▶ **Work required**:
From the entries below, reproduce exactly the line containing "#225=CARTESIAN_POINT('',(4.321472,19.915076,0.));", the line containing "#7=PRODUCT_DEFINITION_SHAPE('','',#6);", and every line in between, with nothing added.

▶ **Supplied data**:
━━━━━━━━━━━━━━━━
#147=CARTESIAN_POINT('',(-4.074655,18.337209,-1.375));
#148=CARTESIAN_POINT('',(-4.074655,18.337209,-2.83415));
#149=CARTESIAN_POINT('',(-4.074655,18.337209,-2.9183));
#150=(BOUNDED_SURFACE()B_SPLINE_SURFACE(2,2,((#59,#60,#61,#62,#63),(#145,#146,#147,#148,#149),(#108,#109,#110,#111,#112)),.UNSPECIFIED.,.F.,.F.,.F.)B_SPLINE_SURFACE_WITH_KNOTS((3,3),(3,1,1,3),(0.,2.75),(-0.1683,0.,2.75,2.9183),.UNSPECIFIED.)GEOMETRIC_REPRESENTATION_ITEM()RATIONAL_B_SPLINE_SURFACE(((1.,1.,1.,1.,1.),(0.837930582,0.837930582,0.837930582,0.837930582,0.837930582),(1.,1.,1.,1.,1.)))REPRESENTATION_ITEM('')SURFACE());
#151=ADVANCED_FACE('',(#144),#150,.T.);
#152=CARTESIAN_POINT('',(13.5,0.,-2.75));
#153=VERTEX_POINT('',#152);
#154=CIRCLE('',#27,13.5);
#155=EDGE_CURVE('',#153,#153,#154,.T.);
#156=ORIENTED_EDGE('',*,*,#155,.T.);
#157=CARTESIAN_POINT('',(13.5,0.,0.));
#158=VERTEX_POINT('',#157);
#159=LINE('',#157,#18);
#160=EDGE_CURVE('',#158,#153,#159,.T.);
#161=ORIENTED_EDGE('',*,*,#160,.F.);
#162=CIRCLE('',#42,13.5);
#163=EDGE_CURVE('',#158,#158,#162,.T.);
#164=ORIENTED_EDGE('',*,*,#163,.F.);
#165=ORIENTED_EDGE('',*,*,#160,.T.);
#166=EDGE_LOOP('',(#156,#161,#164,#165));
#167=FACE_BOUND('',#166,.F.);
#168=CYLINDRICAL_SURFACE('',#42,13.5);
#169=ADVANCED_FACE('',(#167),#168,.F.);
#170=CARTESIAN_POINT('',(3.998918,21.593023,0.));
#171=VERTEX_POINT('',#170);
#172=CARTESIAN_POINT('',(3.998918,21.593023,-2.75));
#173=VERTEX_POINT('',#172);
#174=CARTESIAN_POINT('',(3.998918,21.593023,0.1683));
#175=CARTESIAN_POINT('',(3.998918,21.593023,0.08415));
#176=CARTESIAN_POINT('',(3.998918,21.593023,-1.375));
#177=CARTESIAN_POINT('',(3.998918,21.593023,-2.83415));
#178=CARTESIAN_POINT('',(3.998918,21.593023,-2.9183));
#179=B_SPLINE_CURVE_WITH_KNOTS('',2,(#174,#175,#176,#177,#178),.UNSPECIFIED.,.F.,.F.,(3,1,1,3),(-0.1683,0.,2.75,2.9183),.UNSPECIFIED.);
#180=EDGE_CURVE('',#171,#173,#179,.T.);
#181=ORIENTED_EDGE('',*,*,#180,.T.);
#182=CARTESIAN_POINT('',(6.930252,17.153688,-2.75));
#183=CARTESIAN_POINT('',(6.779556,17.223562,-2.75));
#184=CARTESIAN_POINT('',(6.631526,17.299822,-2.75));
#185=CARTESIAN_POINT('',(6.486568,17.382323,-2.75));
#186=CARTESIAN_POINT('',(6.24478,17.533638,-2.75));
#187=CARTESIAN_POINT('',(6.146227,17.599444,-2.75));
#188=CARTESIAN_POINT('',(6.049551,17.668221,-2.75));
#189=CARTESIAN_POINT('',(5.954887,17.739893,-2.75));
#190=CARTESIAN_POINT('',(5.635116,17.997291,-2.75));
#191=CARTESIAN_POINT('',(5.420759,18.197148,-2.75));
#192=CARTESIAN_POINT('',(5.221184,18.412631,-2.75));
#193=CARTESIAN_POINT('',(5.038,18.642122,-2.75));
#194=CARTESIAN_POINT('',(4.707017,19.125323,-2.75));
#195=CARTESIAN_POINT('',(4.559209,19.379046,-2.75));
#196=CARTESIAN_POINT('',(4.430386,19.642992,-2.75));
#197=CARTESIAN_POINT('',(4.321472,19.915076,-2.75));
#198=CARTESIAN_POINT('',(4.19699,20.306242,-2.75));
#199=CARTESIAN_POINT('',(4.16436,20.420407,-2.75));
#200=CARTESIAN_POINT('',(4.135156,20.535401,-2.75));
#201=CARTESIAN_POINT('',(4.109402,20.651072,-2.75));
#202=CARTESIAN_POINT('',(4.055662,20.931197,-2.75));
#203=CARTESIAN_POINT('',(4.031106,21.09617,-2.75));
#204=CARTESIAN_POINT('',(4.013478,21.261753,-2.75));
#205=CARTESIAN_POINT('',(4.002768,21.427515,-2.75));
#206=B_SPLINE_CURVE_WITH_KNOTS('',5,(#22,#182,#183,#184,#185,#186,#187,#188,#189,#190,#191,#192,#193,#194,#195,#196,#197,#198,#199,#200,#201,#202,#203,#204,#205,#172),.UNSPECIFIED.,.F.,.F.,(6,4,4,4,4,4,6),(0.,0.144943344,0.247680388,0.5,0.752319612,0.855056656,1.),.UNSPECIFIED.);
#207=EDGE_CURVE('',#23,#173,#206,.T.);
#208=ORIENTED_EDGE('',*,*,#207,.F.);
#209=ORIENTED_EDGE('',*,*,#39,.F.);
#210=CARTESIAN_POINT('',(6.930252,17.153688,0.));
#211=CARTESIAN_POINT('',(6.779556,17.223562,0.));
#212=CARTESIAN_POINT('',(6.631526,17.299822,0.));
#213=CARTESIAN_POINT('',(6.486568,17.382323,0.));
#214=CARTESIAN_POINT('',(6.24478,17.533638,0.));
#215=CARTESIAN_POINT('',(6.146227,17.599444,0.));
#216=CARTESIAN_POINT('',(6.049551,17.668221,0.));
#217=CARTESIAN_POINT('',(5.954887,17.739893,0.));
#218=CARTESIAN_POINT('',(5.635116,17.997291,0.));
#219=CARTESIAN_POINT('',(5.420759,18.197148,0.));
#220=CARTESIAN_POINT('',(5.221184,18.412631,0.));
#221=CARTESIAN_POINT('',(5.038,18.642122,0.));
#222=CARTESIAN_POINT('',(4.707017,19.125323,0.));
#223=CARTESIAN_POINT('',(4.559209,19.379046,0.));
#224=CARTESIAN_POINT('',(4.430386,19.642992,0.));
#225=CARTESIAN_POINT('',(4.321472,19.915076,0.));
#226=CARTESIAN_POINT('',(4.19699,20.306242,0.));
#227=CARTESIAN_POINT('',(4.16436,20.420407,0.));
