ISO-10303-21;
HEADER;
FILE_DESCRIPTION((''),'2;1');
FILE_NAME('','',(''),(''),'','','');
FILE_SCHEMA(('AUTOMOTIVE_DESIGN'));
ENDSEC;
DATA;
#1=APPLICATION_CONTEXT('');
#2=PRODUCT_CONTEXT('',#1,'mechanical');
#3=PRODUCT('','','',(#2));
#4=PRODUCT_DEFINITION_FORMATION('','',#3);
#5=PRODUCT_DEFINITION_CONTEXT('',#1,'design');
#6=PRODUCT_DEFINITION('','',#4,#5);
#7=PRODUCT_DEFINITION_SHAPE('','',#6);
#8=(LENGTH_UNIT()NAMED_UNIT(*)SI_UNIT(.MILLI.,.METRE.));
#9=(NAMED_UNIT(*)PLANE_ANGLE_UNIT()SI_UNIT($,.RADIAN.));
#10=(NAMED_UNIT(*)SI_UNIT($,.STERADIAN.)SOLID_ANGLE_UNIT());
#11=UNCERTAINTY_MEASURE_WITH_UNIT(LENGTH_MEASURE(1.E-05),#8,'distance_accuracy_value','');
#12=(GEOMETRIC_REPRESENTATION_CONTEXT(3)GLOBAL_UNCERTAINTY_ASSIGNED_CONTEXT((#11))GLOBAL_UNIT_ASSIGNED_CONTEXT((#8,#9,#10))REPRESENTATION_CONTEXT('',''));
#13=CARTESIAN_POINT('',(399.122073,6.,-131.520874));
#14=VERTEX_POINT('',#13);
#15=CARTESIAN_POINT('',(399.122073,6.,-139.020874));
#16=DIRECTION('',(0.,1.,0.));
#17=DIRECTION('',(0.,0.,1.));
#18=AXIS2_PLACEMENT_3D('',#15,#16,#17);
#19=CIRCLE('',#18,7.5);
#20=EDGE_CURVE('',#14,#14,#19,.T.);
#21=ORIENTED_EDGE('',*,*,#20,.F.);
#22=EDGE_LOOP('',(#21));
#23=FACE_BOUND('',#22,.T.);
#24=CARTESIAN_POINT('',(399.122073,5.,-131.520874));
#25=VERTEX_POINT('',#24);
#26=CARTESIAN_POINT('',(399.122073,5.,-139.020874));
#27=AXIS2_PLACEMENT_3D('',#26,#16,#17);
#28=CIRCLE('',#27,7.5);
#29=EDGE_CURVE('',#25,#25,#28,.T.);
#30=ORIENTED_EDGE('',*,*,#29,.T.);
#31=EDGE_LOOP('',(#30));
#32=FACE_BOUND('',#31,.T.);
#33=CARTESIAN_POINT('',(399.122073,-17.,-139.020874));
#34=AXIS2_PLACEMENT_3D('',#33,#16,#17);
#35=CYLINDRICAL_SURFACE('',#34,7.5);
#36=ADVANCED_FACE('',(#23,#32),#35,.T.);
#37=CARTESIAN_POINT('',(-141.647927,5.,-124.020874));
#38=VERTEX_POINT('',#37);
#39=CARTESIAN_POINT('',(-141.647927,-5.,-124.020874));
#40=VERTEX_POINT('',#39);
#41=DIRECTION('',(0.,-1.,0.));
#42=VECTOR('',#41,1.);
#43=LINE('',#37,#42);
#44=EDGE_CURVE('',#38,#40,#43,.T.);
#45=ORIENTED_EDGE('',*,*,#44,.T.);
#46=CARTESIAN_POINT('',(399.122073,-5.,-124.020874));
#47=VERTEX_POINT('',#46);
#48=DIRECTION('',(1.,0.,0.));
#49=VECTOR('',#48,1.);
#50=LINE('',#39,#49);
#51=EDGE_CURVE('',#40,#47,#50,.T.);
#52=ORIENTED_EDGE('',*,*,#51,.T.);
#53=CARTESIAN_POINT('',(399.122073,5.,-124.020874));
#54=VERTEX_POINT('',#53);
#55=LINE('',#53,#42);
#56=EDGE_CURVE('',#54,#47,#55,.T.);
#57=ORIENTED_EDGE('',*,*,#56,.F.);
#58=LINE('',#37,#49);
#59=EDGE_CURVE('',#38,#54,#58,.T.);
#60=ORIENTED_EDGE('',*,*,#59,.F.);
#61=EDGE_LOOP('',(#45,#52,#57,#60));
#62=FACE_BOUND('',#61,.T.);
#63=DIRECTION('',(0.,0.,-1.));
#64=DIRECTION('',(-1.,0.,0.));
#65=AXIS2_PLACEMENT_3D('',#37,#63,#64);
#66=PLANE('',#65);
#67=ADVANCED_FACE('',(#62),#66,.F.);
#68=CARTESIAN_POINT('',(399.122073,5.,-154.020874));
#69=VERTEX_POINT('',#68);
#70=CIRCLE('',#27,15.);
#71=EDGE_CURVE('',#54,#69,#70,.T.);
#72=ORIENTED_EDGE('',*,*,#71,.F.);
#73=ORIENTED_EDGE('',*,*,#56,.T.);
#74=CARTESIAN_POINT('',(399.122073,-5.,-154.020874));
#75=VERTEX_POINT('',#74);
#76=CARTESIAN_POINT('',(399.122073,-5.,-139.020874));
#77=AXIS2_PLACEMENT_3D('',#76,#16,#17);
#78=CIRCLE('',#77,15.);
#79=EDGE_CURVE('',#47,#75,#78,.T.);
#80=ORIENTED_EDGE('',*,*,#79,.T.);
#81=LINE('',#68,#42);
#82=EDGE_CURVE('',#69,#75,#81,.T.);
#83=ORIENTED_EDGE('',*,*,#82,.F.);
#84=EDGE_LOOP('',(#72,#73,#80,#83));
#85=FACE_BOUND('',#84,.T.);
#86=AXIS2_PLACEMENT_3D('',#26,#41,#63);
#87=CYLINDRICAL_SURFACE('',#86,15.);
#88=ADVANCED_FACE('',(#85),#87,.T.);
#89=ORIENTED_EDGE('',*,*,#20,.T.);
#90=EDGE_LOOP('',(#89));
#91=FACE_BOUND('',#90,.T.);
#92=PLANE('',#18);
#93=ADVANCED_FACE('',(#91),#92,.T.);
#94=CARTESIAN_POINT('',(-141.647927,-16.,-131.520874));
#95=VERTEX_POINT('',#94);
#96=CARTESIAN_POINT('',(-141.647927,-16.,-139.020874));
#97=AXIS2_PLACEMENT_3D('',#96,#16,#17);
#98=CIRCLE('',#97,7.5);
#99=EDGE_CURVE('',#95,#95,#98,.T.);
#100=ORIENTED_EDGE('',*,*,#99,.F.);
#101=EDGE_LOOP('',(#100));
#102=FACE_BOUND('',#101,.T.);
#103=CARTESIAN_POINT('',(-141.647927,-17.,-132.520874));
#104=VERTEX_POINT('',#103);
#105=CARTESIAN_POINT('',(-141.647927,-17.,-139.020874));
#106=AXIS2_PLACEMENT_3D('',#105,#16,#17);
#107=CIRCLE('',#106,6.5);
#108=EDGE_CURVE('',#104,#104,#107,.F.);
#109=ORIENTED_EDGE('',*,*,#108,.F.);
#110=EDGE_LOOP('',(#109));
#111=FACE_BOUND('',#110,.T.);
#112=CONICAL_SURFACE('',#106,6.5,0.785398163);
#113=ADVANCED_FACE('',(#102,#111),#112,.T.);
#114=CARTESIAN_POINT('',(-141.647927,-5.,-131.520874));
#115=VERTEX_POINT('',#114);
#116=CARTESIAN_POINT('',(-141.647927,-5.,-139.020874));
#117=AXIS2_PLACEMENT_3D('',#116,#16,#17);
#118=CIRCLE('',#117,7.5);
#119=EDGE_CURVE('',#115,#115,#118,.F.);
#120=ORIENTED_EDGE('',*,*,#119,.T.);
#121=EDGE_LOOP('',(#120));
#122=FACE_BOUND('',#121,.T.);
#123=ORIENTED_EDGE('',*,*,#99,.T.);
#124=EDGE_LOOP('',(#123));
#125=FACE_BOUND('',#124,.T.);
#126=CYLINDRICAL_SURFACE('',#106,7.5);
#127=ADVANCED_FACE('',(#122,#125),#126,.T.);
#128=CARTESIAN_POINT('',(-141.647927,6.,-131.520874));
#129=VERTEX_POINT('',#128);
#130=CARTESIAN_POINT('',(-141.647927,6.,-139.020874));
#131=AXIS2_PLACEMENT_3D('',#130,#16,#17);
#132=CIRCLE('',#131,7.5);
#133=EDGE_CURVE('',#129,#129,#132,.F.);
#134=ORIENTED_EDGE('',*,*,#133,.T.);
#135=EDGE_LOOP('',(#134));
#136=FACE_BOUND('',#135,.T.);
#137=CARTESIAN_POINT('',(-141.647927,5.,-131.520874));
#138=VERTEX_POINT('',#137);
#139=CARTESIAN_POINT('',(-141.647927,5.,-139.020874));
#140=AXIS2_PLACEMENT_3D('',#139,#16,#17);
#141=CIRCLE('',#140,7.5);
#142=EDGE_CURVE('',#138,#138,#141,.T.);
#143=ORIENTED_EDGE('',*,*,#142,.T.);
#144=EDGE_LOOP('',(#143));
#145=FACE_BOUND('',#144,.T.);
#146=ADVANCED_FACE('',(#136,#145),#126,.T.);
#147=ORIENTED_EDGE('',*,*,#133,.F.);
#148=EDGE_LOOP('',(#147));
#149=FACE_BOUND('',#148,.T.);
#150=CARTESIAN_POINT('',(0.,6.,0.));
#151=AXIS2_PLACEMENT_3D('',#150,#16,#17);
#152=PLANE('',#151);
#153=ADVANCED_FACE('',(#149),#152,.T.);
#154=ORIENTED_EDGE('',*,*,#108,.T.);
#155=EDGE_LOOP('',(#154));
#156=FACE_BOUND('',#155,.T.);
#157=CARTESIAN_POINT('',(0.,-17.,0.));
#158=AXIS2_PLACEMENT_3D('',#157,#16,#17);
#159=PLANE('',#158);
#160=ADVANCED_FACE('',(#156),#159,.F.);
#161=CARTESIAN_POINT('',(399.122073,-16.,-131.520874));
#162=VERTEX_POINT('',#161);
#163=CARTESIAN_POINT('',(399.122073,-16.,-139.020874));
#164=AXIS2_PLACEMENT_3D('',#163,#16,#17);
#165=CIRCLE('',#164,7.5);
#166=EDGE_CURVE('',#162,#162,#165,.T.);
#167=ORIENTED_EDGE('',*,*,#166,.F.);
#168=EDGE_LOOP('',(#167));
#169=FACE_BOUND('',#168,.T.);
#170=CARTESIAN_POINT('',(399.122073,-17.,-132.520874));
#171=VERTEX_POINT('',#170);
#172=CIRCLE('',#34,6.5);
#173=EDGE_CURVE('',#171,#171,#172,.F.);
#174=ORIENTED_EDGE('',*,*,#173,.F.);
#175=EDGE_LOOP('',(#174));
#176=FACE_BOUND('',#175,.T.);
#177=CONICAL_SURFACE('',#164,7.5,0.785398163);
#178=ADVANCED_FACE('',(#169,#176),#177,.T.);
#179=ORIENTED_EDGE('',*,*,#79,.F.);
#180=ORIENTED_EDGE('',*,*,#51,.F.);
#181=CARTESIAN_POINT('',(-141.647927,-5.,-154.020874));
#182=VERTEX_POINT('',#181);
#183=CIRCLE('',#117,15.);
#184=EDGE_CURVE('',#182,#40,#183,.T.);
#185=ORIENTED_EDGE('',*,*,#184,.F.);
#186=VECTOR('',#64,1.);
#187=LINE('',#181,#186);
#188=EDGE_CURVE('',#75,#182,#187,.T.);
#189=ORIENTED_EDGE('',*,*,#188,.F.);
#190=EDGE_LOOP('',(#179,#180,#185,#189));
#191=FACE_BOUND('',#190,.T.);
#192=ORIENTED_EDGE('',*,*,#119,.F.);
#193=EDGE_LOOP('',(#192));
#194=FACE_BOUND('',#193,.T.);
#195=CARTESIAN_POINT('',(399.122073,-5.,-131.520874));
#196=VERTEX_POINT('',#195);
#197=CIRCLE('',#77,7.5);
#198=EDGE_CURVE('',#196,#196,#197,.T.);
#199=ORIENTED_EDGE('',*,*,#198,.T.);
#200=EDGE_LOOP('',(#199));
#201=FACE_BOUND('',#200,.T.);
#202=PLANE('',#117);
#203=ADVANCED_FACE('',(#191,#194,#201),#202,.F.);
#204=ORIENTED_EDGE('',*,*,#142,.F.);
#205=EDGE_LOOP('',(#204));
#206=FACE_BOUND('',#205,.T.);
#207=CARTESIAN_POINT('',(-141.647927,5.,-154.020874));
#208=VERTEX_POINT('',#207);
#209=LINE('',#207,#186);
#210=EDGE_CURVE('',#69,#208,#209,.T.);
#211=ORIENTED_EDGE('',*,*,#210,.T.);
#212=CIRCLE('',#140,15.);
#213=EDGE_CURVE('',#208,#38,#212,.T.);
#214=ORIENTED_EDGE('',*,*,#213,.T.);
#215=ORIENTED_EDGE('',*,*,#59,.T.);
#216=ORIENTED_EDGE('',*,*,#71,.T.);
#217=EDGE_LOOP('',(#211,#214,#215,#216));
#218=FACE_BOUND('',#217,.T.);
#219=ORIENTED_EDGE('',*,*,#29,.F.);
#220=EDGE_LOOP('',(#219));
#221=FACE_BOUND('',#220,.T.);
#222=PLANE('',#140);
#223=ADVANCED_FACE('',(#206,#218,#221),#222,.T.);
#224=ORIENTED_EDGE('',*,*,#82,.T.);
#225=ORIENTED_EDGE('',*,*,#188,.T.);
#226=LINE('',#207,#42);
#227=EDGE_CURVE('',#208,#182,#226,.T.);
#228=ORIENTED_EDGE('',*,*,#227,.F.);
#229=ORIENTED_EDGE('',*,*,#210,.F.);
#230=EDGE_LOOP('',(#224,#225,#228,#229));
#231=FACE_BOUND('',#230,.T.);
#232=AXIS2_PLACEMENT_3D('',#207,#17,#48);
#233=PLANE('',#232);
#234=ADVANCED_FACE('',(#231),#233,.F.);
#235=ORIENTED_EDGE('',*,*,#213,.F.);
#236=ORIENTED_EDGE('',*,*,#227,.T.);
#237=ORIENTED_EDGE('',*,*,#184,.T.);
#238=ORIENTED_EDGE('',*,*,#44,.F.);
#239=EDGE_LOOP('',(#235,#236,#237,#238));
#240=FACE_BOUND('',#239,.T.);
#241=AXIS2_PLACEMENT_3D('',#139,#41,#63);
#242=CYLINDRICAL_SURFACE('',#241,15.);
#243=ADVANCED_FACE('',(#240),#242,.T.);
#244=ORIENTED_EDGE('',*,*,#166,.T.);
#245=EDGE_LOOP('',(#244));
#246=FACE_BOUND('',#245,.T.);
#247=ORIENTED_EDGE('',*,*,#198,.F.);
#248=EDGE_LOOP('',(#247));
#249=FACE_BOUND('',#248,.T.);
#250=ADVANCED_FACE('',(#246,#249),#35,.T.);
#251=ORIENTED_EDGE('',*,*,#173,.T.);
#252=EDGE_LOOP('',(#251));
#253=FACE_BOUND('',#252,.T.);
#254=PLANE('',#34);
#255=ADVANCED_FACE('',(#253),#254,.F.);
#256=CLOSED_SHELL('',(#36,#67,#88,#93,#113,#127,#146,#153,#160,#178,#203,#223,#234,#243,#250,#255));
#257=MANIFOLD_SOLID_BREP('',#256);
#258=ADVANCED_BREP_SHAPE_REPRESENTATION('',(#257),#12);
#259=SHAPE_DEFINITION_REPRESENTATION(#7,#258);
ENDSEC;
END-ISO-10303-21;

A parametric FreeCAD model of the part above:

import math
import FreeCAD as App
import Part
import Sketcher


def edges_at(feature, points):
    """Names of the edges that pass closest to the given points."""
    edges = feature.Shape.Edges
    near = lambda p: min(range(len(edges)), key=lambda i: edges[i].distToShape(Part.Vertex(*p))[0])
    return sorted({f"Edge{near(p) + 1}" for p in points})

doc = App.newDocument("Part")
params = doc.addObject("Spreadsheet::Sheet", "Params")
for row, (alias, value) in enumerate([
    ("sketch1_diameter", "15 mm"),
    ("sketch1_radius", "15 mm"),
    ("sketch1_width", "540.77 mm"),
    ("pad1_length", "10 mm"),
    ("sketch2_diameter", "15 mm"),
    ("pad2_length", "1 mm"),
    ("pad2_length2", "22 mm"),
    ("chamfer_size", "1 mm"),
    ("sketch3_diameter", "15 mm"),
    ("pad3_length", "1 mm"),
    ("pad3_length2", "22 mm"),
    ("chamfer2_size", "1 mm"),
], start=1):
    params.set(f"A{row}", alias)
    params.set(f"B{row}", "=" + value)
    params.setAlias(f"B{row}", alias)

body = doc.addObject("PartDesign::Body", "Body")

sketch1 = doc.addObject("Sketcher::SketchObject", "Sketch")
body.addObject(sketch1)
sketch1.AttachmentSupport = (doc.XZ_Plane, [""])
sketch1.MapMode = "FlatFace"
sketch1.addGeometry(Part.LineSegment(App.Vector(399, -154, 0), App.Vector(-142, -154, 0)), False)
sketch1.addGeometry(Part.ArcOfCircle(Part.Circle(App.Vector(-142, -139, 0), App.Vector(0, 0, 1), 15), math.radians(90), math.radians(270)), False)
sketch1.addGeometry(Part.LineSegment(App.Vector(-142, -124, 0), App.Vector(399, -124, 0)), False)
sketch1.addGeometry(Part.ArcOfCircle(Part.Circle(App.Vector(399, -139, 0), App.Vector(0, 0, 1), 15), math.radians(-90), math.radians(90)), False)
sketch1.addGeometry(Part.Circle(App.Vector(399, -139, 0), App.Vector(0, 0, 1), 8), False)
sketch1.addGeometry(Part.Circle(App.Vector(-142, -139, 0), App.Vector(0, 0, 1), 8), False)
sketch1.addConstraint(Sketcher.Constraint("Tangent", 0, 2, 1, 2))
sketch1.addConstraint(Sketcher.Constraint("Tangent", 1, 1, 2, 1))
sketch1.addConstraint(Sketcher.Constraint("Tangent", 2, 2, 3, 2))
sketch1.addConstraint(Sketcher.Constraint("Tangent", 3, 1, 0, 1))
━━━━━━━━━━━━━━━━
▶ **Exercise response**:
#225=CARTESIAN_POINT('',(4.321472,19.915076,0.));
#226=CARTESIAN_POINT('',(4.19699,20.306242,0.));
#227=CARTESIAN_POINT('',(4.16436,20.420407,0.));
ISO-10303-21;
HEADER;
FILE_DESCRIPTION((''),'2;1');
FILE_NAME('','',(''),(''),'','','');
FILE_SCHEMA(('AUTOMOTIVE_DESIGN'));
ENDSEC;
DATA;
#1=APPLICATION_CONTEXT('');
#2=PRODUCT_CONTEXT('',#1,'mechanical');
#3=PRODUCT('','','',(#2));
#4=PRODUCT_DEFINITION_FORMATION('','',#3);
#5=PRODUCT_DEFINITION_CONTEXT('',#1,'design');
#6=PRODUCT_DEFINITION('','',#4,#5);
#7=PRODUCT_DEFINITION_SHAPE('','',#6);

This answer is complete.